There was the friend who'd first invited me to preach at her Unitarian-Universalist church, who got very worried about my website and said she feared "it would be bad for the church." (My website has had no discernable effect on the church that I know about.) There was the executive director at the agency where I worked in a shelter, who read my page and said only that she didn't want me to link it on the agency's website (which I was paid to design) because my site was "controversial." Evidently she had no worries about me working in the shelter...linking my site on the agency's wouldn't have even occurred to me. Funny what people get concerned about! I honestly think the executive director was ancy that the agency's funding might be jeopardized if we had a "controversial" link on its website.

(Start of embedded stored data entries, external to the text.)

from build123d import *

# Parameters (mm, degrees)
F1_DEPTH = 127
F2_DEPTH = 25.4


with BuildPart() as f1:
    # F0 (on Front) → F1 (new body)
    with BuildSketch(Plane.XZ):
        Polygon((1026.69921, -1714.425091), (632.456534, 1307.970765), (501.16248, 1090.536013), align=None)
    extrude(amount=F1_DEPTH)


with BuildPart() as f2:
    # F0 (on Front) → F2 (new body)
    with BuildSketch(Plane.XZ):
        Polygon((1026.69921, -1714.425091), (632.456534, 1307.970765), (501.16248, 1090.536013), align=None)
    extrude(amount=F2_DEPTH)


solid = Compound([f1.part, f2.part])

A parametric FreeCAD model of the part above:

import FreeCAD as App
import Part
import Sketcher
from FreeCAD import Vector
Q = App.Units.Quantity


def add_polygon(sketch, points):
    """Adds a closed chain of lines whose ends are joined by coincident constraints."""
    first, n = sketch.GeometryCount, len(points)
    for a, b in zip(points, points[1:] + points[:1]):
        sketch.addGeometry(Part.LineSegment(App.Vector(*a, 0), App.Vector(*b, 0)), False)
    for i in range(n):
        sketch.addConstraint(Sketcher.Constraint("Coincident", first + i, 2, first + (i + 1) % n, 1))

doc = App.newDocument("Part")
body = doc.addObject("PartDesign::Body", "Body")

sketch1 = body.newObject("Sketcher::SketchObject", "Sketch")
sketch1.AttachmentSupport = (doc.getObject("XZ_Plane"), [""])
sketch1.MapMode = "FlatFace"
add_polygon(sketch1, [(1026.69921, -1714.425091), (632.456534, 1307.970765), (501.16248, 1090.536013)])
sketch1.addConstraint(Sketcher.Constraint("Distance", 0, Q("120 in")))
sketch1.addConstraint(Sketcher.Constraint("Distance", 1, Q("10 in")))
sketch1.addConstraint(Sketcher.Constraint("DistanceX", -1, 1, 1, 2, Q("501.16248 mm")))
sketch1.addConstraint(Sketcher.Constraint("DistanceX", -1, 1, 2, 2, Q("1026.69921 mm")))
sketch1.addConstraint(Sketcher.Constraint("DistanceY", 2, 2, -1, 1, Q("1714.425091 mm")))
sketch1.addConstraint(Sketcher.Constraint("Distance", 2, Q("2853.768675 mm")))
pad1 = body.newObject("PartDesign::Pad", "Pad")
pad1.Profile = sketch1
pad1.Length = Q("5 in")
body2 = doc.addObject("PartDesign::Body", "Body001")

sketch2 = body2.newObject("Sketcher::SketchObject", "Sketch001")
sketch2.AttachmentSupport = (doc.getObject("XZ_Plane001"), [""])
sketch2.MapMode = "FlatFace"
add_polygon(sketch2, [(1026.69921, -1714.425091), (632.456534, 1307.970765), (501.16248, 1090.536013)])
sketch2.addConstraint(Sketcher.Constraint("Distance", 0, Q("120 in")))
sketch2.addConstraint(Sketcher.Constraint("Distance", 1, Q("10 in")))
sketch2.addConstraint(Sketcher.Constraint("DistanceX", -1, 1, 1, 2, Q("501.16248 mm")))
sketch2.addConstraint(Sketcher.Constraint("DistanceX", -1, 1, 2, 2, Q("1026.69921 mm")))
sketch2.addConstraint(Sketcher.Constraint("DistanceY", 2, 2, -1, 1, Q("1714.425091 mm")))
sketch2.addConstraint(Sketcher.Constraint("Distance", 2, Q("2853.768675 mm")))
pad2 = body2.newObject("PartDesign::Pad", "Pad001")
pad2.Profile = sketch2
pad2.Length = Q("1 in")

doc.recompute()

But a vampiric person working in the shelter? Not a problem.
Despite my promises, when I took down the "vampire traits checklists," that I would never create anything like them again--I'm reconsidering. But I'm thinking more about a filtering-and-referral sort of questionaire rather than a "diagnostic" test, and it will be much more sophisticated than the old checklists.
But whatever I come up with (some of which is guaranteed to get me into a lot of trouble, if past history is any gauge...), here's to the next ten years!
By Light Unseen Media Launches Its First Book
August 12, 2007:
I've been very busy getting the first book from By Light Unseen Media launched. No book launch party, alas--no time! I've been mailing out review copies, copies to the Library of Congress (which apparently will be irradiated, for fear of anthrax, or possibly the V-5 Virus), complimentary copies, and review copies.
I'm working on some more interactive content for this site. In the works is a Vampire Self-Assessment Test, among other things. I've been thinking about setting up a forum, but forums seem to get troll-ridden so much of the time. I'd be interested in feedback from readers as to whether a forum would be a good thing. There are a number of large fora operating now, but I'm thinking of one that would be a little less diverse and more tightly focused on vampire-related topics. There's nothing wrong with discussions of psychic development, magic, general news, and so on, but some of the fora end up being spread a bit thin. There's a rule of thumb among internet fora (messageboards and e-lists) that no more than 10% of registered/subscribed users will ever participate at all--90% or more will always be lurkers. Some fora moderators have a policy of deleting lurkers who don't make a substantive post within a certain time frame. I've never checked with any of those moderators to see how that affects the activity in their fora. But it seems to me, especially in the last few years, that the active/lurker ratio is much lower than that in the vampire fora.
BLU~Blooded Blog will be including more news items from the various news filters I have in place, as well as musings of my own.